── Source data ──
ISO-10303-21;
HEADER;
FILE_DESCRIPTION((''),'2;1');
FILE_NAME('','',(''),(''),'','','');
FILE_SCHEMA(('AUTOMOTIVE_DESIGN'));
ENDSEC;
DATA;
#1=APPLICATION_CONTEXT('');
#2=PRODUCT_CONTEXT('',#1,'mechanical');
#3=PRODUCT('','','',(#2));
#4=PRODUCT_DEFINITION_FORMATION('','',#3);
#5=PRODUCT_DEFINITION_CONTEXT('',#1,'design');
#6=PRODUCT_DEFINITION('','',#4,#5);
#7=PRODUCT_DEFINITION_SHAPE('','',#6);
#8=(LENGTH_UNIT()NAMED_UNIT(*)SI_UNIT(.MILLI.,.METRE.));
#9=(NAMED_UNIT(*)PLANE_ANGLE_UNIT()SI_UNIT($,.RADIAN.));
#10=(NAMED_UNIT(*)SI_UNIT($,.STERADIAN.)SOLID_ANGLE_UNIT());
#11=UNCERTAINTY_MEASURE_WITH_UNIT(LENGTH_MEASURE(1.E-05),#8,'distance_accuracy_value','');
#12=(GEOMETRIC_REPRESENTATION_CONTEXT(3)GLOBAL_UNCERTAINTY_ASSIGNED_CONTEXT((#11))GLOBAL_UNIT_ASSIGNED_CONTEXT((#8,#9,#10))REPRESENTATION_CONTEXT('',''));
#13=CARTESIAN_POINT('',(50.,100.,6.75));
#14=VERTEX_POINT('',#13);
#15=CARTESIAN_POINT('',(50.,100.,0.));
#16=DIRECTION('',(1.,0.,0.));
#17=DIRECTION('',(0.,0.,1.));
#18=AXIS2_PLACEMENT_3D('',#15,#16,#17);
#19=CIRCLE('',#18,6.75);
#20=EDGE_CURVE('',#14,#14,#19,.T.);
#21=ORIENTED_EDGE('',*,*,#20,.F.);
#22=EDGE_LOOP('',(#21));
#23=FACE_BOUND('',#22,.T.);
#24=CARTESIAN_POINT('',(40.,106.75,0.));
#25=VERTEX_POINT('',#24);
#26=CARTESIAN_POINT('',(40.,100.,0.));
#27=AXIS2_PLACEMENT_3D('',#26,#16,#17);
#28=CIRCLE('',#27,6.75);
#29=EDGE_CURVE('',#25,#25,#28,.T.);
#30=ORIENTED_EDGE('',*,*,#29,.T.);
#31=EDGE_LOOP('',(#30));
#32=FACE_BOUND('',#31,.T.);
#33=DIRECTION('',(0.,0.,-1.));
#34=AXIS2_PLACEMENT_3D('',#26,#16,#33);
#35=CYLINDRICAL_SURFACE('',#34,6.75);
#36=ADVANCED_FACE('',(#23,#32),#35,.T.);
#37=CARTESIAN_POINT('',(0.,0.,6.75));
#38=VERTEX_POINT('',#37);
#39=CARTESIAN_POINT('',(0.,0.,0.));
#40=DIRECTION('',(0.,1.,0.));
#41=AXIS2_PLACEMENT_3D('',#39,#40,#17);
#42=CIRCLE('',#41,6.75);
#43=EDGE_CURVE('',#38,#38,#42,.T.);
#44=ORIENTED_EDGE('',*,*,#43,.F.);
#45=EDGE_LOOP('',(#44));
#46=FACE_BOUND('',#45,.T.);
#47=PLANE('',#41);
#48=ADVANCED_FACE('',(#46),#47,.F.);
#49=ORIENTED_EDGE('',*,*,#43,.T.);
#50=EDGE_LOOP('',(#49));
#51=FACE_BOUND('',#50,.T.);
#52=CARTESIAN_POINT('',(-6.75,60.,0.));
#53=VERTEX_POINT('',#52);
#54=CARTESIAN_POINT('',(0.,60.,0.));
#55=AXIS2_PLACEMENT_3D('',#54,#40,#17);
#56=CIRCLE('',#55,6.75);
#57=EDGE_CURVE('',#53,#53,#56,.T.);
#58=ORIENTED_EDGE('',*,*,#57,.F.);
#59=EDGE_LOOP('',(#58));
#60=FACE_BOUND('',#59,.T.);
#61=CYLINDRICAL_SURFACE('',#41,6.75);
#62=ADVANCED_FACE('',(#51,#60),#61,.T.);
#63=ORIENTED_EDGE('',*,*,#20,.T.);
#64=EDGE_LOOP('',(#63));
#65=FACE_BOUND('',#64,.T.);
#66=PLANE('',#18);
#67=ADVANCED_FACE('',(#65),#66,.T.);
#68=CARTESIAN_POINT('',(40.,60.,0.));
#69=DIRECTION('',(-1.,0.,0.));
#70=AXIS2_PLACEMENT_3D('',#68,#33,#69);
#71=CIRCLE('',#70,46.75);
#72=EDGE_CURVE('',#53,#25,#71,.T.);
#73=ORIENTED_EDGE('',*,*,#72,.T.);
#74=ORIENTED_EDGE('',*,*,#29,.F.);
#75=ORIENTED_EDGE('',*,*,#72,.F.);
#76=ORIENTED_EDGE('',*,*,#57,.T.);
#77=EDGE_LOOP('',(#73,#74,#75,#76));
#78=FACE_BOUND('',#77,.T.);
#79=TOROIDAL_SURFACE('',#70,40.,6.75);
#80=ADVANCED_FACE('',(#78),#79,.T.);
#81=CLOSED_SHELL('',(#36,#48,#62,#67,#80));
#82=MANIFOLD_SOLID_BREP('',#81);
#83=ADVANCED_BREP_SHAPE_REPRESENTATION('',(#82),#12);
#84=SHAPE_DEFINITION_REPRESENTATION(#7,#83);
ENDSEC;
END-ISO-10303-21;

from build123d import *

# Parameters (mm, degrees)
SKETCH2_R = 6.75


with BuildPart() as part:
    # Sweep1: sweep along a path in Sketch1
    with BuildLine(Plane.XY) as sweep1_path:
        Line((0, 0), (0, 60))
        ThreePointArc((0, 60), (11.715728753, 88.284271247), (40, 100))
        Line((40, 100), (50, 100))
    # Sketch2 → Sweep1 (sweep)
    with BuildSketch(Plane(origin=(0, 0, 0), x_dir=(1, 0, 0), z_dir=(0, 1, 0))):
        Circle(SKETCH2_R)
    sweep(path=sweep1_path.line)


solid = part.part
───
── Source data ──
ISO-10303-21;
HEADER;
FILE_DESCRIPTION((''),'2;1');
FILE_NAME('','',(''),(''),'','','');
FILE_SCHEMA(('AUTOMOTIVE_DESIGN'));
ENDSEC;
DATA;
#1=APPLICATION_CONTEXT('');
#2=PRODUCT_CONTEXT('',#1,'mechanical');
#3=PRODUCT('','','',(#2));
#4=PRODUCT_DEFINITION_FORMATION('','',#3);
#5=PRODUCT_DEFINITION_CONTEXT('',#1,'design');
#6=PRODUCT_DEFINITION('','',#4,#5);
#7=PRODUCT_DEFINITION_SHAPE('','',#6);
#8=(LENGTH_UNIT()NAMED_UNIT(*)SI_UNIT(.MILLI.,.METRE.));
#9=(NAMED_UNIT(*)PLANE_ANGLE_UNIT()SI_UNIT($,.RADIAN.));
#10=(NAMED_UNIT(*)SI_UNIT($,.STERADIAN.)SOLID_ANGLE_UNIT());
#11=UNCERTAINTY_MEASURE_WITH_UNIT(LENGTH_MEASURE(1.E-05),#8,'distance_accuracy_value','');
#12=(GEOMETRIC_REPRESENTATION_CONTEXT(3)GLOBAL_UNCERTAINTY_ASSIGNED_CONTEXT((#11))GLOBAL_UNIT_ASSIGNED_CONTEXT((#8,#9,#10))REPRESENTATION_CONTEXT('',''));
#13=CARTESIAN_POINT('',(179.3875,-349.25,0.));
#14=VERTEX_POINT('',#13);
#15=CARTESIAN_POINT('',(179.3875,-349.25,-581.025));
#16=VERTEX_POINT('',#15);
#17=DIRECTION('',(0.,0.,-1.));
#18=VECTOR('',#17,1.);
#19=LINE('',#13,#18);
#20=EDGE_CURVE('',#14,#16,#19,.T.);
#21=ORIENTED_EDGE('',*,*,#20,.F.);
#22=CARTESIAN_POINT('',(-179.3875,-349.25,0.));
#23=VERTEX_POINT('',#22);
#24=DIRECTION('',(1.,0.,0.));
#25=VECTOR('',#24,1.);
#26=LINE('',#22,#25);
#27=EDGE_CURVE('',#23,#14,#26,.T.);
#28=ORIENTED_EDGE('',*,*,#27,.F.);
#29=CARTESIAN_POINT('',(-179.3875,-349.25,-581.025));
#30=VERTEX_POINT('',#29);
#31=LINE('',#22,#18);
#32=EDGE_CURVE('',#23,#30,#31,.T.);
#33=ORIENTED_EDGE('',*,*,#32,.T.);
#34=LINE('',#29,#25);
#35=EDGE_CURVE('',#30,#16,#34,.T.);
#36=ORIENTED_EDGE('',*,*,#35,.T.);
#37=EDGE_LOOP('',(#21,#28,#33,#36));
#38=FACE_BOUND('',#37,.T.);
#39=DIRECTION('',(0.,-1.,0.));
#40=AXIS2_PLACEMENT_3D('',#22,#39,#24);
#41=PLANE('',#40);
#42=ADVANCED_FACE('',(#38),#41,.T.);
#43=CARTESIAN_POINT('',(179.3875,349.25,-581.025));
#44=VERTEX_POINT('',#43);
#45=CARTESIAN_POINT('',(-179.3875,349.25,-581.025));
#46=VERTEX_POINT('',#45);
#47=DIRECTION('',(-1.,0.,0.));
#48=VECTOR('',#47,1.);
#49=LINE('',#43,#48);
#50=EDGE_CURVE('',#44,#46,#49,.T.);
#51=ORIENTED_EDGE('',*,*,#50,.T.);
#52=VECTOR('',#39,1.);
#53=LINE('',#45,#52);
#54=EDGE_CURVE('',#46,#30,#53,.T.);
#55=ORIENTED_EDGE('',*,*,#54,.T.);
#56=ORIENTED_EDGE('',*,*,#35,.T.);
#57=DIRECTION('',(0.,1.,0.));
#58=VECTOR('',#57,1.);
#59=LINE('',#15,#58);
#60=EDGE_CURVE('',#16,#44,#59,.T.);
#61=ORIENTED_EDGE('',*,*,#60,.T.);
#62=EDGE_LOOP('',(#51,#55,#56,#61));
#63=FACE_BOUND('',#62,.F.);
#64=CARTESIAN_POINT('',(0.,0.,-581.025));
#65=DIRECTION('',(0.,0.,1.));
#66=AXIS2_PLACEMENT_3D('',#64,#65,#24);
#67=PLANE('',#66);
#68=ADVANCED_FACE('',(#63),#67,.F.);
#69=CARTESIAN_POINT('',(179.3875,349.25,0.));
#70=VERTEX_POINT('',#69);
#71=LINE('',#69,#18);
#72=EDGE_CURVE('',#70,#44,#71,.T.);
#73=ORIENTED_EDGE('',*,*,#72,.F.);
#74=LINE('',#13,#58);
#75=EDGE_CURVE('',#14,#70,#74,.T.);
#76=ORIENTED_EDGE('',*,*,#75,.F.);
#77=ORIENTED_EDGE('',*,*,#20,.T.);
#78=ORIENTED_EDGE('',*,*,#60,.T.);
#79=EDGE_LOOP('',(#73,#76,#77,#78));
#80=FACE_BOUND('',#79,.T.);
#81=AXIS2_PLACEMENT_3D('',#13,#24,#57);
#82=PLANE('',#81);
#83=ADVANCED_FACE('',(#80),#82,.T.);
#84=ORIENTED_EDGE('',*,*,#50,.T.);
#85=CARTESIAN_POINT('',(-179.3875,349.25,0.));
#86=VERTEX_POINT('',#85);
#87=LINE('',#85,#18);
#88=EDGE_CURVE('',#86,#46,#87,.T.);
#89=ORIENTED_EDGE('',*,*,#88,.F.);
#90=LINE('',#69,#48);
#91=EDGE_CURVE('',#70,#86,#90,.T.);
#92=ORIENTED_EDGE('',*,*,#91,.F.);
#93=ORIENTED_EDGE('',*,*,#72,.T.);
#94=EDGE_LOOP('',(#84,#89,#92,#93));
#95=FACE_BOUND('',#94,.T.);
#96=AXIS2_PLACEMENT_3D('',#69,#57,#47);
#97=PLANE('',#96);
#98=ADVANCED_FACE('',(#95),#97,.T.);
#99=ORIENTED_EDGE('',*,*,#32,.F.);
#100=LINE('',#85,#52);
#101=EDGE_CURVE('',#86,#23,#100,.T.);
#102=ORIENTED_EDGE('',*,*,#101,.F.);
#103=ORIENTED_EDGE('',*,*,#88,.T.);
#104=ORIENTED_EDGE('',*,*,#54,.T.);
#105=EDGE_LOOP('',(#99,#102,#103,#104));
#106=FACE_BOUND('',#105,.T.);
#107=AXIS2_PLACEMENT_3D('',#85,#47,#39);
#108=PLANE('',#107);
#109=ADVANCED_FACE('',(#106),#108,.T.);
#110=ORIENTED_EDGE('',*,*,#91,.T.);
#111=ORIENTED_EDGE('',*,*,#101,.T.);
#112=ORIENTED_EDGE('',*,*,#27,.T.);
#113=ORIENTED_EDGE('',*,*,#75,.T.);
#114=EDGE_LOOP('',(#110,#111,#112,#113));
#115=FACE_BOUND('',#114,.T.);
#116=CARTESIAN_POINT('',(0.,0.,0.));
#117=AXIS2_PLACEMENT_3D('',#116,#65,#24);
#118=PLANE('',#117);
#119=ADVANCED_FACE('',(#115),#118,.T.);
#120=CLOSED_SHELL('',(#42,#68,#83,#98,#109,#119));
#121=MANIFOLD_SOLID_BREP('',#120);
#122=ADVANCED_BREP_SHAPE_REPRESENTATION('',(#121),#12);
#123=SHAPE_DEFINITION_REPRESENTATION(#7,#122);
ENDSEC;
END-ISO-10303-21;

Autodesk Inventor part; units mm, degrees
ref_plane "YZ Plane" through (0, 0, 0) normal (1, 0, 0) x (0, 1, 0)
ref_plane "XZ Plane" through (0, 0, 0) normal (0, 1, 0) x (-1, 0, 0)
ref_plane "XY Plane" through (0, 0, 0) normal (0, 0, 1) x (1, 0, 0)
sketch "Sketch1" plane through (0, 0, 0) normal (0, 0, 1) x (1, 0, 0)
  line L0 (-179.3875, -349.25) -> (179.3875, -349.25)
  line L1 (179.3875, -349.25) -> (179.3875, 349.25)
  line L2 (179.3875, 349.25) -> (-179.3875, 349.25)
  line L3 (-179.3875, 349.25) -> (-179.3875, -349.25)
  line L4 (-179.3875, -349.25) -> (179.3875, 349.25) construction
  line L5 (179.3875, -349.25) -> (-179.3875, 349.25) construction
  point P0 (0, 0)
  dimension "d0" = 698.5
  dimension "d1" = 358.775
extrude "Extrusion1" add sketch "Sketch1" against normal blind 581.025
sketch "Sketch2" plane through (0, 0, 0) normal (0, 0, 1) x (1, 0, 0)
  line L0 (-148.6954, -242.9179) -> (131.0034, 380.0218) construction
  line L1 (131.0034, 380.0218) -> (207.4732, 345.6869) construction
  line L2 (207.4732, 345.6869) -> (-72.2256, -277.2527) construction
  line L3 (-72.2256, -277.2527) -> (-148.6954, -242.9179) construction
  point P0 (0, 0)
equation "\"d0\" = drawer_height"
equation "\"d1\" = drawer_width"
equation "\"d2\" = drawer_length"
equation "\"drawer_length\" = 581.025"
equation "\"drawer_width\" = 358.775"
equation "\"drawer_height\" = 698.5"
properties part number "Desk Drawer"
───
── Source data ──
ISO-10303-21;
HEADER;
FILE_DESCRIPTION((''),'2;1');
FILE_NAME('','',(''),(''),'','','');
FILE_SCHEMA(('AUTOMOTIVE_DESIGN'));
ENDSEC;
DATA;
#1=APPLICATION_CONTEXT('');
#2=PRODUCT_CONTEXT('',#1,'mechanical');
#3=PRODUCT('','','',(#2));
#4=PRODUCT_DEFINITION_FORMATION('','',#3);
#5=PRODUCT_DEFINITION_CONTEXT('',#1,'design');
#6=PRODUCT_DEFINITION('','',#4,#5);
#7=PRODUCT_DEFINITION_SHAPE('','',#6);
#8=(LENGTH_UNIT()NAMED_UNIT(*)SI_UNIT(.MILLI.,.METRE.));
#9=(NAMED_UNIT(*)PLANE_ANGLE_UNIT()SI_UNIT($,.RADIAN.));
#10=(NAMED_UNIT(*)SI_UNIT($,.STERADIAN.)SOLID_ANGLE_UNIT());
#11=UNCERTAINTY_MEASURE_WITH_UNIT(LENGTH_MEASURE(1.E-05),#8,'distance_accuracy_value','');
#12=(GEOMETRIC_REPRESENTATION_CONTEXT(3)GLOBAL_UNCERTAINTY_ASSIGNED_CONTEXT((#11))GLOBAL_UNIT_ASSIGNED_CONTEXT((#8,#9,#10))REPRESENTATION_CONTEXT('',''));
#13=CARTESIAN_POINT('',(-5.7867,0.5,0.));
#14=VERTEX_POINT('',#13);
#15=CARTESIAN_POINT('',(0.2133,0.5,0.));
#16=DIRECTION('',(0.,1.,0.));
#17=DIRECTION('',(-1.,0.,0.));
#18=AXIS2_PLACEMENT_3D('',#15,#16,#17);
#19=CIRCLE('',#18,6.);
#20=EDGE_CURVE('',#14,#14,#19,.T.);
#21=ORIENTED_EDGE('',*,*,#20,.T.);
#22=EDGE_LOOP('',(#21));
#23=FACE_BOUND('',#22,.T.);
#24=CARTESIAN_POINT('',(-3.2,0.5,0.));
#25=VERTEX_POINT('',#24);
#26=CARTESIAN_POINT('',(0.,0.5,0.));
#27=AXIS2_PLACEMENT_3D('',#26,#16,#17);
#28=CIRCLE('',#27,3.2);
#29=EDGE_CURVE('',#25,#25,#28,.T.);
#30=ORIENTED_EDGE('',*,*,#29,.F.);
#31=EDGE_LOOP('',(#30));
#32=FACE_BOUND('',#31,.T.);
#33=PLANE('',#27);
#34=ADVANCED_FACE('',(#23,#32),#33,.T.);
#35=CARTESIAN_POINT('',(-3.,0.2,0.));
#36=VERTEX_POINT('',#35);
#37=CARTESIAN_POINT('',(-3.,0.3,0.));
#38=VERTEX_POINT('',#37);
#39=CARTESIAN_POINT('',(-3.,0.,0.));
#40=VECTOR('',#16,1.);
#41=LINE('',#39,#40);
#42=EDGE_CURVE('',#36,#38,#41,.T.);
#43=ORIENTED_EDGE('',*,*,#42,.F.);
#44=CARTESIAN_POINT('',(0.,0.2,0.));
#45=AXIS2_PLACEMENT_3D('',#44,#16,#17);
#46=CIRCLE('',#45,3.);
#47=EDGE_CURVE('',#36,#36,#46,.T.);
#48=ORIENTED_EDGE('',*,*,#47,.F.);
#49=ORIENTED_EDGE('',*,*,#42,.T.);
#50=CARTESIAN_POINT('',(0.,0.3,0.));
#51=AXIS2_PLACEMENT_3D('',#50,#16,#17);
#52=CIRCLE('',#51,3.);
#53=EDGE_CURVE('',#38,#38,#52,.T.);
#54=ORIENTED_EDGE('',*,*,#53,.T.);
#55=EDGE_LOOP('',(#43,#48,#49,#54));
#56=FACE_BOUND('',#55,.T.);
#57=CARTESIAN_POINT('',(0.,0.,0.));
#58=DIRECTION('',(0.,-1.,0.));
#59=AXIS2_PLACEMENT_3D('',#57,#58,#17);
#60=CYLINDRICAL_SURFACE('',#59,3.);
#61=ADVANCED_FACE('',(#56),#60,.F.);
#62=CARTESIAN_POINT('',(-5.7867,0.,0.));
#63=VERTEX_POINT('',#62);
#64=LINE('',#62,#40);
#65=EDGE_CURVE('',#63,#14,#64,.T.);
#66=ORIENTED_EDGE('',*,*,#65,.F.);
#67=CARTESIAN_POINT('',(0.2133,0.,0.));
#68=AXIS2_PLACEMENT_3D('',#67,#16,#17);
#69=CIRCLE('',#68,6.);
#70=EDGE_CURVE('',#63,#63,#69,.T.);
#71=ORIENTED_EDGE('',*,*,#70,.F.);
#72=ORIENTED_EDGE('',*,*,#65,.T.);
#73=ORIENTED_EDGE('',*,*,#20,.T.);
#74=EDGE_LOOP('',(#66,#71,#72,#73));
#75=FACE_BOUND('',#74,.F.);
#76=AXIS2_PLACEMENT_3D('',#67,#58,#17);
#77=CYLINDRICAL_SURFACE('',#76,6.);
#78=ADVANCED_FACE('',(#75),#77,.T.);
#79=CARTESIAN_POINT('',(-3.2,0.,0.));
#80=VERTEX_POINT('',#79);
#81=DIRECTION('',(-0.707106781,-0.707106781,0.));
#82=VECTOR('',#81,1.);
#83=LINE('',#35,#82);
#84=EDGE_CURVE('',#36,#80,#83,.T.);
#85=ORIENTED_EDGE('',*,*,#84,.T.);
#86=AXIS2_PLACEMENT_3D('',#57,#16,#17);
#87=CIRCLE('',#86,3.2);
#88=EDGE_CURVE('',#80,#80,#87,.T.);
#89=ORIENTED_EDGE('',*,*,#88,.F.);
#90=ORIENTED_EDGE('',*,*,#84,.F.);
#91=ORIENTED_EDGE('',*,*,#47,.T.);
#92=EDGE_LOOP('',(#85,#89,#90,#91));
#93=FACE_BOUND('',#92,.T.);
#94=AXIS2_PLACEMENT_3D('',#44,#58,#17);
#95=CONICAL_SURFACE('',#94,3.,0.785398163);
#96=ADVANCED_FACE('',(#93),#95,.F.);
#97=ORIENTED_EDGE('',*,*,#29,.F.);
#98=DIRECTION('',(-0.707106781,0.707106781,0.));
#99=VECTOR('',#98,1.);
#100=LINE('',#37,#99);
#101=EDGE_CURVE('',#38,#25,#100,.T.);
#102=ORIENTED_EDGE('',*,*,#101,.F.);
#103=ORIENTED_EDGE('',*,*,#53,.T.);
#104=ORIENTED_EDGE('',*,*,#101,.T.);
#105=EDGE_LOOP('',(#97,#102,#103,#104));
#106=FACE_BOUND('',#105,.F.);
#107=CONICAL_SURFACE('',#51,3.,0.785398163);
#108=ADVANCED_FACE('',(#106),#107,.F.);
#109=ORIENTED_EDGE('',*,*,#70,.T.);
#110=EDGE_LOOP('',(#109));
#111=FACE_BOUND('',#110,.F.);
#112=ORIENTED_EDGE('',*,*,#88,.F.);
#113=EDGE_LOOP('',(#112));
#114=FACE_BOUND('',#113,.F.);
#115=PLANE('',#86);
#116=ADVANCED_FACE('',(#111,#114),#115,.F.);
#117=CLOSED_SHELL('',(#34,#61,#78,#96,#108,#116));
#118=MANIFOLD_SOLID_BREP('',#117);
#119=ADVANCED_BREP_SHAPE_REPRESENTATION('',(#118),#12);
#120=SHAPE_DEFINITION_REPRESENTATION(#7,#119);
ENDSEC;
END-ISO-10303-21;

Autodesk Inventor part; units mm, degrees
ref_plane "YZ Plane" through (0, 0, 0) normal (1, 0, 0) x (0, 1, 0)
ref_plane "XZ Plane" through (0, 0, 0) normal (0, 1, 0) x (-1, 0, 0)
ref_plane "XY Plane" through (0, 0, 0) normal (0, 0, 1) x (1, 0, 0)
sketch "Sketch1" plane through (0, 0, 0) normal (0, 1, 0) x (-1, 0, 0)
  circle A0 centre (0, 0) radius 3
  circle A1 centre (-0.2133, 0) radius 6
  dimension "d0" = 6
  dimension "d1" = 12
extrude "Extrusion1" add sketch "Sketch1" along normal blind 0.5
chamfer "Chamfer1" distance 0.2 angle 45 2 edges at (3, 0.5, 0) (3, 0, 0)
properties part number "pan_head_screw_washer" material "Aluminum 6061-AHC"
───
**What you have to do**
Extract from the listing above the lines between the line containing "#90=LINE('',#69,#48);" and the line containing "#113=ORIENTED_EDGE('',*,*,#75,.T.);", keeping both of those lines. Output nothing else.

**Task solution**
#90=LINE('',#69,#48);
#91=EDGE_CURVE('',#70,#86,#90,.T.);
#92=ORIENTED_EDGE('',*,*,#91,.F.);
#93=ORIENTED_EDGE('',*,*,#72,.T.);
#94=EDGE_LOOP('',(#84,#89,#92,#93));
#95=FACE_BOUND('',#94,.T.);
#96=AXIS2_PLACEMENT_3D('',#69,#57,#47);
#97=PLANE('',#96);
#98=ADVANCED_FACE('',(#95),#97,.T.);
#99=ORIENTED_EDGE('',*,*,#32,.F.);
#100=LINE('',#85,#52);
#101=EDGE_CURVE('',#86,#23,#100,.T.);
#102=ORIENTED_EDGE('',*,*,#101,.F.);
#103=ORIENTED_EDGE('',*,*,#88,.T.);
#104=ORIENTED_EDGE('',*,*,#54,.T.);
#105=EDGE_LOOP('',(#99,#102,#103,#104));
#106=FACE_BOUND('',#105,.T.);
#107=AXIS2_PLACEMENT_3D('',#85,#47,#39);
#108=PLANE('',#107);
#109=ADVANCED_FACE('',(#106),#108,.T.);
#110=ORIENTED_EDGE('',*,*,#91,.T.);
#111=ORIENTED_EDGE('',*,*,#101,.T.);
#112=ORIENTED_EDGE('',*,*,#27,.T.);
#113=ORIENTED_EDGE('',*,*,#75,.T.);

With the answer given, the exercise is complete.